The method for manufacturing a glass substrate for a magnetic disk according to the present invention includes a step of grinding the main surface of the glass disk as in Configuration 1, and in this grinding step, the surface roughness before grinding of the main surface of the glass disk is increased. Grinding is performed while supplying a grinding liquid containing small-diameter particles.
In general, a lapping process for improving dimensional accuracy and shape accuracy is performed on a glass disk molded to a predetermined size from molten glass. In this lapping process, the glass disk main surface is first ground to a predetermined surface roughness. The grinding process of the main surface of the glass disk is performed by, for example, using a double-sided simultaneous processing machine (grinding machine), pressing the upper and lower surface plates to which the grindstone is fixed against the glass disk, and supplying the grinding liquid. The main surface of the glass disk is ground by moving the disk relatively. In this configuration, in the grinding process of the glass disk main surface, grinding is performed while supplying a grinding liquid containing particles having a particle diameter smaller than the surface roughness of the glass disk main surface before grinding.

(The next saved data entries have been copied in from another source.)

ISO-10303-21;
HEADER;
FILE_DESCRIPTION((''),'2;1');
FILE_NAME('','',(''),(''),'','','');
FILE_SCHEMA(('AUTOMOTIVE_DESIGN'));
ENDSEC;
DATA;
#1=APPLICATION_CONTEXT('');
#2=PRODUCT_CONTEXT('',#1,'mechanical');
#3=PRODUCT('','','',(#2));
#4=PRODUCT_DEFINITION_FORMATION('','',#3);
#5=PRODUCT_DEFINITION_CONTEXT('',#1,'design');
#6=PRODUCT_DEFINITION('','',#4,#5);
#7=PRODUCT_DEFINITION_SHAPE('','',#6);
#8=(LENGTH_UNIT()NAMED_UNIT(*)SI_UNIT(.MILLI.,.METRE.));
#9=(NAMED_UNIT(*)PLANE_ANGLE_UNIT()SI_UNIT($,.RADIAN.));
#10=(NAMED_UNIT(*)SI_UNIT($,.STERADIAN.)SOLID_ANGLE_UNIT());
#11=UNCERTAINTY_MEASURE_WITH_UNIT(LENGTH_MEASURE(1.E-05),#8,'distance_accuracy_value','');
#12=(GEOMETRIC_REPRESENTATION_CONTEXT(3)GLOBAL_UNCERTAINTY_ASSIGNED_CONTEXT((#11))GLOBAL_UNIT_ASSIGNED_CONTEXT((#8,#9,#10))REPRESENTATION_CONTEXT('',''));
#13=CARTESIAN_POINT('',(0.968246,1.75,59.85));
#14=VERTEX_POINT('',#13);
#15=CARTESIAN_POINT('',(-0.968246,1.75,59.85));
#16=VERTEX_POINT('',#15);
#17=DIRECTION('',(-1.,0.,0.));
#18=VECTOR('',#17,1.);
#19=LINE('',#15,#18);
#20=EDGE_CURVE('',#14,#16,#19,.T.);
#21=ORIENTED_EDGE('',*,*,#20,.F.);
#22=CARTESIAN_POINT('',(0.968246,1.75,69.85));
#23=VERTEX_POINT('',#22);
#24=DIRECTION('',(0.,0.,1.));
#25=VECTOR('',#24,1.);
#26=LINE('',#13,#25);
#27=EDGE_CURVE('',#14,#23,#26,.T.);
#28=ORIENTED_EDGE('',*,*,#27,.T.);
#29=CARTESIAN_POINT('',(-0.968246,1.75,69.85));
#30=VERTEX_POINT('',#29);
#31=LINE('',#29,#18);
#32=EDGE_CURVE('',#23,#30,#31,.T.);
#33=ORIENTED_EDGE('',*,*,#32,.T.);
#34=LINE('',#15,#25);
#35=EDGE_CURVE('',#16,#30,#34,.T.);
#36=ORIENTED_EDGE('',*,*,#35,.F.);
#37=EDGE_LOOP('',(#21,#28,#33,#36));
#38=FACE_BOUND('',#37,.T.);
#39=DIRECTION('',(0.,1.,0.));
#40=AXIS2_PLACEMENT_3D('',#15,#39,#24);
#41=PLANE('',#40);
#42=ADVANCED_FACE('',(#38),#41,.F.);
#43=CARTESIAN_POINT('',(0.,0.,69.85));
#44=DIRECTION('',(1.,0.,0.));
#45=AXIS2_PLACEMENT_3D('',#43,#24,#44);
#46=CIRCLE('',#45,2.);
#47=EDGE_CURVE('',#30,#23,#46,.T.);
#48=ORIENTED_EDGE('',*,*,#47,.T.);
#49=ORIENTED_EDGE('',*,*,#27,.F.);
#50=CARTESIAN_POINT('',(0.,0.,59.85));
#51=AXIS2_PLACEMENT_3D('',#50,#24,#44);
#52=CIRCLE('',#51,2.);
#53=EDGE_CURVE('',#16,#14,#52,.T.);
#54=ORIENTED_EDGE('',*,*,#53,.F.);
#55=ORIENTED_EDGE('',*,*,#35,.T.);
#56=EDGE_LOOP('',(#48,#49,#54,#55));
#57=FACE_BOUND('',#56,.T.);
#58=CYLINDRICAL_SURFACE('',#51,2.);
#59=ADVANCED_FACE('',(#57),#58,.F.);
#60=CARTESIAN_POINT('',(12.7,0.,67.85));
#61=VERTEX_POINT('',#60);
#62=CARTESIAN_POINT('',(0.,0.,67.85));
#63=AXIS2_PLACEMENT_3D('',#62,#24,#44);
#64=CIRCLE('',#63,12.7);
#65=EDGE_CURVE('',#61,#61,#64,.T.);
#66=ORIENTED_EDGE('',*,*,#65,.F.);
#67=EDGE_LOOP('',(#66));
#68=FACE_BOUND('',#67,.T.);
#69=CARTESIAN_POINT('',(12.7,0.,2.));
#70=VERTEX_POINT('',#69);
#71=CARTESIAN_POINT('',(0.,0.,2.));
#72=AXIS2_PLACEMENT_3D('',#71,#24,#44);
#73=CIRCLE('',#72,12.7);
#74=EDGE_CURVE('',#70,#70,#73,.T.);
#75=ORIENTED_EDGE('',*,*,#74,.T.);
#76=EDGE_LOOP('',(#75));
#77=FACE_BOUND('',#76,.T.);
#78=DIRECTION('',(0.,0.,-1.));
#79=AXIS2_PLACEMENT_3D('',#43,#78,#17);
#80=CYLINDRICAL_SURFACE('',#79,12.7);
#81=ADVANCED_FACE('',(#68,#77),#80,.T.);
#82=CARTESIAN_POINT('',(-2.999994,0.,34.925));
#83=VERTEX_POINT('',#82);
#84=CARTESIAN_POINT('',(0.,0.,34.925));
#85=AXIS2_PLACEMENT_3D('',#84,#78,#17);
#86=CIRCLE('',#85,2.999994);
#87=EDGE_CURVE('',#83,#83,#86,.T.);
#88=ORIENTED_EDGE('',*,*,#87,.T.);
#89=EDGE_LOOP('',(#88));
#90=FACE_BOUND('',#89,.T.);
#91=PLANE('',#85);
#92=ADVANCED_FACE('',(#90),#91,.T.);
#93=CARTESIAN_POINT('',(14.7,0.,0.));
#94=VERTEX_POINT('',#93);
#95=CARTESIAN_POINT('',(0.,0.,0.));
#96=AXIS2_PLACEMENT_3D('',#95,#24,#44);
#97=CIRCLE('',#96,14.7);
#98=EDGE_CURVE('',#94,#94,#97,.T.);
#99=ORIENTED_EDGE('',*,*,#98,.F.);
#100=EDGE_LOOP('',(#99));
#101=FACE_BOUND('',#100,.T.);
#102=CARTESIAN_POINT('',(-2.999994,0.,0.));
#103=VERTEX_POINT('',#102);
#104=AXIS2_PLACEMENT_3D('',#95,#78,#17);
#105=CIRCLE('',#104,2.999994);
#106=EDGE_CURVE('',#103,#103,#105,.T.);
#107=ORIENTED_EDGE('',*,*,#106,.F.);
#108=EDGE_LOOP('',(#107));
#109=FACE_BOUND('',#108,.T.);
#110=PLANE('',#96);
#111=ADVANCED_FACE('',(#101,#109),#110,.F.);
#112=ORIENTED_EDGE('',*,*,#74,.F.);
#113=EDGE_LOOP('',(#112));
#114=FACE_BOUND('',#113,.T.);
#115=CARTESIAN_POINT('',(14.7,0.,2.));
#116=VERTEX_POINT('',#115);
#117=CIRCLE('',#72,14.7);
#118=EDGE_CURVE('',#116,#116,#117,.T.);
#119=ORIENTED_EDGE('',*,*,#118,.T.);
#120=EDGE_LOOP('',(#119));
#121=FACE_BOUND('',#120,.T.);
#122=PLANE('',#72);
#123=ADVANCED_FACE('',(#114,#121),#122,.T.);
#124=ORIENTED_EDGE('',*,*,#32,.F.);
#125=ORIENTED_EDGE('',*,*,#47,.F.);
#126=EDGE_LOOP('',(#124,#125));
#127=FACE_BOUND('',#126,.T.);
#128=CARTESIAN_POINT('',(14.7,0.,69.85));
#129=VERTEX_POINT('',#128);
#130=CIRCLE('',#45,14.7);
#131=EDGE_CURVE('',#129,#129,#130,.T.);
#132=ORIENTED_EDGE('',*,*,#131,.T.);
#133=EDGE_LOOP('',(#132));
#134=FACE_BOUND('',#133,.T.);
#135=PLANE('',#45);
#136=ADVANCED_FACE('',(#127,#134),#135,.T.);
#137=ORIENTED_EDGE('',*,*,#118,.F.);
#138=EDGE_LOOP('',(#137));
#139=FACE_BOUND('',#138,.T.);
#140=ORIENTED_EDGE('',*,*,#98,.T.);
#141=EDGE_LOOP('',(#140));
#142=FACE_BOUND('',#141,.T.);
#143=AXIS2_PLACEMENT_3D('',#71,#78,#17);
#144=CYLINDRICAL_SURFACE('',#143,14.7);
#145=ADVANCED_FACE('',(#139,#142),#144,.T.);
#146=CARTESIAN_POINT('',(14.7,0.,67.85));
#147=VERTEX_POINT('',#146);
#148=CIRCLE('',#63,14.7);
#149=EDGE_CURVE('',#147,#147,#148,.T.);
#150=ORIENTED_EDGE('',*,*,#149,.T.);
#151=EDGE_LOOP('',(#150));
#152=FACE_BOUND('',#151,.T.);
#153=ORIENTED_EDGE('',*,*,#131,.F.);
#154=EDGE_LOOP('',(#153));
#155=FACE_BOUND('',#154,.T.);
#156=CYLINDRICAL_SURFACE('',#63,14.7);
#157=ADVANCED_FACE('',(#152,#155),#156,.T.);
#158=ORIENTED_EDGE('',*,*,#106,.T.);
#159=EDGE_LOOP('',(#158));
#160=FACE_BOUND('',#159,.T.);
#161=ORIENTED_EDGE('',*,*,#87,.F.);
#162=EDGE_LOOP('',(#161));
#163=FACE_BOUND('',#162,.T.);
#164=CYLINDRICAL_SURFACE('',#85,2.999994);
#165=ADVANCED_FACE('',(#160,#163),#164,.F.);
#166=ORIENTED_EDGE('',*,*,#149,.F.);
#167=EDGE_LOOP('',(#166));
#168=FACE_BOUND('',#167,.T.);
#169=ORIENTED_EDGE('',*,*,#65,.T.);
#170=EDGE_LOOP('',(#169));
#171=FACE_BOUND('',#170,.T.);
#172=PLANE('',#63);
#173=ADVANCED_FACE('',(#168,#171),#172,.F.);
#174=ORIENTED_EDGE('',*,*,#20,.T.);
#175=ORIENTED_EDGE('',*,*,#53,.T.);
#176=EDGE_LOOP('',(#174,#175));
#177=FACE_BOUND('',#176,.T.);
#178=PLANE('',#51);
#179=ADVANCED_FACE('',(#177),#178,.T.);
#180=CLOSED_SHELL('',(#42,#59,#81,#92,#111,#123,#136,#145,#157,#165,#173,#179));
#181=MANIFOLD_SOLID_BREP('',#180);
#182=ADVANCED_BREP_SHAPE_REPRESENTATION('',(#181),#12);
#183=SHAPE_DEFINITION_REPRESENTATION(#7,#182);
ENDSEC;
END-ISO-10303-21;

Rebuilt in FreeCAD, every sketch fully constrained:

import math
import FreeCAD as App
import Part
import Sketcher

V = App.Vector
Q = App.Units.Quantity

doc = App.newDocument("Part")
body = doc.addObject("PartDesign::Body", "Body")

# Sketch on XY plane
sketch1 = doc.addObject("Sketcher::SketchObject", "Sketch")
body.addObject(sketch1)
sketch1.AttachmentSupport = (doc.XY_Plane, [""])
sketch1.MapMode = "FlatFace"
sketch1.addGeometry(Part.Circle(V(0, 0, 0), V(0, 0, 1), 13), False)
sketch1.addConstraint([
    Sketcher.Constraint("Coincident", 0, 3, -1, 1),
    Sketcher.Constraint("Diameter", 0, Q("25.4 mm")),
])
pad1 = doc.addObject("PartDesign::Pad", "Pad")
body.addObject(pad1)
pad1.Profile = sketch1
pad1.Length = 69.85

# Sketch on XY plane
sketch2 = doc.addObject("Sketcher::SketchObject", "Sketch001")
body.addObject(sketch2)
sketch2.AttachmentSupport = (doc.XY_Plane, [""])
sketch2.MapMode = "FlatFace"
sketch2.AttachmentOffset = App.Placement(V(0, 0, 69.85), App.Rotation())
sketch2.addGeometry([
    Part.LineSegment(V(1, 1.8, 0), V(-1, 1.8, 0)),
    Part.ArcOfCircle(Part.Circle(V(0, 0, 0), V(0, 0, 1), 2), math.radians(119), math.radians(421)),
], False)
sketch2.addConstraint([
    Sketcher.Constraint("Coincident", 0, 1, 1, 2),
    Sketcher.Constraint("Coincident", 1, 1, 0, 2),
    Sketcher.Constraint("Horizontal", 0),
    Sketcher.Constraint("Coincident", 1, 3, -1, 1),
    Sketcher.Constraint("Radius", 1, Q("2 mm")),
    Sketcher.Constraint("DistanceY", -1, 1, 0, 1, Q("1.75 mm")),
])
pocket1 = doc.addObject("PartDesign::Pocket", "Pocket")
body.addObject(pocket1)
pocket1.Profile = sketch2
pocket1.Length = 10

# Sketch on XY plane
sketch3 = doc.addObject("Sketcher::SketchObject", "Sketch002")
body.addObject(sketch3)
sketch3.AttachmentSupport = (doc.XY_Plane, [""])
sketch3.MapMode = "FlatFace"
sketch3.addGeometry(Part.Circle(V(0, 0, 0), V(0, 0, 1), 3), False)
sketch3.addConstraint([
    Sketcher.Constraint("Coincident", 0, 3, -1, 1),
    Sketcher.Constraint("Diameter", 0, Q("5.999988 mm")),
])
pocket2 = doc.addObject("PartDesign::Pocket", "Pocket001")
body.addObject(pocket2)
pocket2.Profile = sketch3
pocket2.Length = 34.925
pocket2.Reversed = True

# Sketch on XY plane
sketch4 = doc.addObject("Sketcher::SketchObject", "Sketch003")
body.addObject(sketch4)
sketch4.AttachmentSupport = (doc.XY_Plane, [""])
sketch4.MapMode = "FlatFace"
sketch4.addGeometry([
    Part.Circle(V(0, 0, 0), V(0, 0, 1), 14.7),
    Part.Circle(V(0, 0, 0), V(0, 0, 1), 3),
], False)
sketch4.addConstraint([
    Sketcher.Constraint("Coincident", 0, 3, -1, 1),
    Sketcher.Constraint("Coincident", 1, 3, -1, 1),
    Sketcher.Constraint("Diameter", 0, Q("29.4 mm")),
    Sketcher.Constraint("Diameter", 1, Q("5.999988 mm")),
])
pad2 = doc.addObject("PartDesign::Pad", "Pad001")
body.addObject(pad2)
pad2.Profile = sketch4
pad2.Length = 2

# Sketch on XY plane
sketch5 = doc.addObject("Sketcher::SketchObject", "Sketch004")
body.addObject(sketch5)
sketch5.AttachmentSupport = (doc.XY_Plane, [""])
sketch5.MapMode = "FlatFace"
sketch5.AttachmentOffset = App.Placement(V(0, 0, 69.85), App.Rotation())
sketch5.addGeometry([
    Part.Circle(V(0, 0, 0), V(0, 0, 1), 14.7),
    Part.ArcOfCircle(Part.Circle(V(0, 0, 0), V(0, 0, 1), 2), math.radians(119), math.radians(421)),
    Part.LineSegment(V(-1, 1.8, 0), V(1, 1.8, 0)),
], False)
sketch5.addConstraint([
    Sketcher.Constraint("Coincident", 1, 1, 2, 1),
    Sketcher.Constraint("Coincident", 2, 2, 1, 2),
    Sketcher.Constraint("Horizontal", 2),
    Sketcher.Constraint("Coincident", 0, 3, -1, 1),
    Sketcher.Constraint("Coincident", 1, 3, -1, 1),
    Sketcher.Constraint("Radius", 1, Q("2 mm")),
    Sketcher.Constraint("Diameter", 0, Q("29.4 mm")),
    Sketcher.Constraint("DistanceY", -1, 1, 1, 1, Q("1.75 mm")),
])
pad3 = doc.addObject("PartDesign::Pad", "Pad002")
body.addObject(pad3)
pad3.Profile = sketch5
pad3.Length = 2
pad3.Reversed = True

doc.recompute()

Thus, by grinding while supplying a grinding liquid containing particles having a particle size smaller than the surface roughness before grinding of the glass disk main surface, the particles are transferred to the glass disk main surface of the grindstone on the surface of the surface plate. Therefore, the cutting efficiency can be prevented from being lowered. Therefore, it is possible to prevent an increase in processing time for obtaining a predetermined surface roughness by grinding.
In addition, as long as it is in the range which does not impair the effect of this invention, the particle | grains larger than the surface roughness before grinding of the glass disk main surface may be contained in the grinding liquid.

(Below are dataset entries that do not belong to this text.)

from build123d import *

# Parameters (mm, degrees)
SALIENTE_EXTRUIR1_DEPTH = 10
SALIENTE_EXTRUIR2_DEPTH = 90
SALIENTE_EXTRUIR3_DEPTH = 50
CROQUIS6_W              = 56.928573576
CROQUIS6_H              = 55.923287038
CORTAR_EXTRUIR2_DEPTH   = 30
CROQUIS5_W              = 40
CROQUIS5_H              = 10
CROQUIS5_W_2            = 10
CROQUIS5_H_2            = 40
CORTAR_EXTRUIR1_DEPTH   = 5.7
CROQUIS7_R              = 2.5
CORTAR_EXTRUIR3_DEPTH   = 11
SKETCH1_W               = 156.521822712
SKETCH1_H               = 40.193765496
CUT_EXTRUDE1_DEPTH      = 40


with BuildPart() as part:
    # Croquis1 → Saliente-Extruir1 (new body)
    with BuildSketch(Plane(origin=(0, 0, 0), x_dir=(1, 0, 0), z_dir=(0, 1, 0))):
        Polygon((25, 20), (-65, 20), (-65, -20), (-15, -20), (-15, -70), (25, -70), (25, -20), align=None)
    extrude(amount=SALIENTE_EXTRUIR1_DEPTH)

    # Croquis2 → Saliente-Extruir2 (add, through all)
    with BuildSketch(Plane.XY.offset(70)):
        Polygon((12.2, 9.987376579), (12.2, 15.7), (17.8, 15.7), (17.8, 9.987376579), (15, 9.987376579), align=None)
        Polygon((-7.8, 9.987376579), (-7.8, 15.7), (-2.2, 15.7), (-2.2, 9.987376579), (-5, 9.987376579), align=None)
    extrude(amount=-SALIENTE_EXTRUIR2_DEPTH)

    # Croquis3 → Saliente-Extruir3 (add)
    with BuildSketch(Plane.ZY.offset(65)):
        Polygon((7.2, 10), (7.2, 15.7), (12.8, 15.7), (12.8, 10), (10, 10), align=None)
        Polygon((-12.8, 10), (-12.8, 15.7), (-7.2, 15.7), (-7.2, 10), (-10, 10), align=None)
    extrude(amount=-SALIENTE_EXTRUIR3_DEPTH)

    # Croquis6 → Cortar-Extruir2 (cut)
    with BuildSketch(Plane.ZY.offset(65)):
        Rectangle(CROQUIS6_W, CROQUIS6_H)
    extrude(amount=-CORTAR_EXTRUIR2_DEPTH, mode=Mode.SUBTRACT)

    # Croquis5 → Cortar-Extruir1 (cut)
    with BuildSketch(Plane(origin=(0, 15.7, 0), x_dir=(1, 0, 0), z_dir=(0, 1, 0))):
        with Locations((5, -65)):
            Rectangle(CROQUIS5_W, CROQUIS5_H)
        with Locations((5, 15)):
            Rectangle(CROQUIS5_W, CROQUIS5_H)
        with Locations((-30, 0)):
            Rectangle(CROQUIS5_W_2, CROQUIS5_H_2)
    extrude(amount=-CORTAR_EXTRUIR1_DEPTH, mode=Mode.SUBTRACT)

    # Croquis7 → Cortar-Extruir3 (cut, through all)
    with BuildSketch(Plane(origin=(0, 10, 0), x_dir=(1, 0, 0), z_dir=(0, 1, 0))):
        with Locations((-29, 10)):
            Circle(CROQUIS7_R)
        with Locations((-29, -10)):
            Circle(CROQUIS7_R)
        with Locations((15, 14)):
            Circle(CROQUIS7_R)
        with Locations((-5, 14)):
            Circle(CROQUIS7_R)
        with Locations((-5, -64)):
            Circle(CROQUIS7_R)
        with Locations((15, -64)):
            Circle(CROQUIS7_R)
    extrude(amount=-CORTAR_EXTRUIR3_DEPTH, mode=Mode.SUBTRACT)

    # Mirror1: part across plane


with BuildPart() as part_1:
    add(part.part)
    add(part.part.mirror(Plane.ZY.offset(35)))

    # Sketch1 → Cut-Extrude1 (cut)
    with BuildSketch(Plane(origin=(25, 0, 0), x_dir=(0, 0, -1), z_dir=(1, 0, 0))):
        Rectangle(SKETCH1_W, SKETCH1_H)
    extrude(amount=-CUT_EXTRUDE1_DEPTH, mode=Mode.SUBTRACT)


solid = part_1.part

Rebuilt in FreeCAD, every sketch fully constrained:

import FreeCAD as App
import Part
import Sketcher
from FreeCAD import Vector
Q = App.Units.Quantity

doc = App.newDocument("Part")
body = doc.addObject("PartDesign::Body", "Body")

# Sketch on XZ plane
sketch1 = doc.addObject("Sketcher::SketchObject", "Sketch")
body.addObject(sketch1)
sketch1.AttachmentSupport = (doc.XZ_Plane, [""])
sketch1.MapMode = "FlatFace"
sketch1.addGeometry(Part.LineSegment(Vector(25, -20, 0), Vector(-65, -20, 0)), False)
sketch1.addGeometry(Part.LineSegment(Vector(-65, -20, 0), Vector(-65, 20, 0)), False)
sketch1.addGeometry(Part.LineSegment(Vector(-65, 20, 0), Vector(-15, 20, 0)), False)
sketch1.addGeometry(Part.LineSegment(Vector(-15, 20, 0), Vector(-15, 70, 0)), False)
sketch1.addGeometry(Part.LineSegment(Vector(-15, 70, 0), Vector(25, 70, 0)), False)
sketch1.addGeometry(Part.LineSegment(Vector(25, 70, 0), Vector(25, -20, 0)), False)
sketch1.addConstraint(Sketcher.Constraint("Coincident", 0, 2, 1, 1))
sketch1.addConstraint(Sketcher.Constraint("Coincident", 1, 2, 2, 1))
sketch1.addConstraint(Sketcher.Constraint("Coincident", 2, 2, 3, 1))
sketch1.addConstraint(Sketcher.Constraint("Coincident", 3, 2, 4, 1))
sketch1.addConstraint(Sketcher.Constraint("Coincident", 4, 2, 5, 1))
sketch1.addConstraint(Sketcher.Constraint("Coincident", 5, 2, 0, 1))
sketch1.addConstraint(Sketcher.Constraint("Horizontal", 0))
sketch1.addConstraint(Sketcher.Constraint("Vertical", 1))
sketch1.addConstraint(Sketcher.Constraint("Horizontal", 2))
sketch1.addConstraint(Sketcher.Constraint("Vertical", 3))
sketch1.addConstraint(Sketcher.Constraint("Horizontal", 4))
sketch1.addConstraint(Sketcher.Constraint("Vertical", 5))
sketch1.addConstraint(Sketcher.Constraint("Equal", 4, 1))
sketch1.addConstraint(Sketcher.Constraint("Equal", 2, 3))
sketch1.addConstraint(Sketcher.Constraint("DistanceX", 0, 2, 0, 1, Q("90 mm")))
sketch1.addConstraint(Sketcher.Constraint("DistanceX", 2, 1, 2, 2, Q("50 mm")))
sketch1.addConstraint(Sketcher.Constraint("DistanceX", 0, 2, -1, 1, Q("65 mm")))
sketch1.addConstraint(Sketcher.Constraint("DistanceY", 0, 2, -1, 1, Q("20 mm")))
pad1 = doc.addObject("PartDesign::Pad", "Pad")
body.addObject(pad1)
pad1.Profile = sketch1
pad1.Length = 10
pad1.Reversed = True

Moreover, the manufacturing method of the glass substrate for magnetic disks of this invention performs grinding, supplying the grinding fluid containing the particle | grains of a particle size smaller than the surface roughness of a grindstone in the said grinding process as it exists in the structure 2. It is characterized by that.
As described above, in the grinding process of the main surface of the glass disk, it is also possible to perform grinding while supplying a grinding liquid containing particles having a particle size smaller than the surface roughness of the grindstone on the surface of the surface plate. Since the cutting of the grindstone on the surface is not hindered, it is possible to prevent a reduction in grinding efficiency, and it is also possible to prevent an increase in processing time for obtaining a predetermined surface roughness by grinding. In the configuration 2, as long as the effects of the present invention are not impaired, particles having a particle size larger than the surface roughness of the grindstone may be contained in the grinding fluid.

Further, in the method for producing a glass substrate for a magnetic disk of the present invention, the lower limit value of the particle size of the particles contained in the grinding fluid is obtained by grinding so that the average particle size of the particles is as in Configuration 3. It is preferable to adjust so that it may become larger than the desired value of the surface roughness of the glass disk main surface.
Thus, in the grinding process of the glass disk main surface, the average particle diameter of the particles contained in the grinding liquid is adjusted to be larger than the desired value of the surface roughness of the glass disk main surface obtained by grinding. Therefore, the particles serve as a cushioning material between the grinding wheel on the surface of the platen and the glass disk during grinding, so that the grinding stone is not deeply cut into the main surface of the glass disk to prevent defects such as cracks. it can. Therefore, it is possible to prevent an increase in the processing time for precisely removing defects generated in the grinding process in the subsequent polishing process, and it is possible to secure a high product yield and to reduce the manufacturing cost.
In addition, the value of the average particle diameter of the particles contained in the grinding fluid increases greatly when, for example, coarse particles are mixed, and does not represent a typical particle size in the particle size distribution of the particles contained in the grinding fluid. In some cases, instead of the value of the average particle size, for example, the value of the particle size corresponding to the peak (mode) of the particle size distribution may be used for adjustment.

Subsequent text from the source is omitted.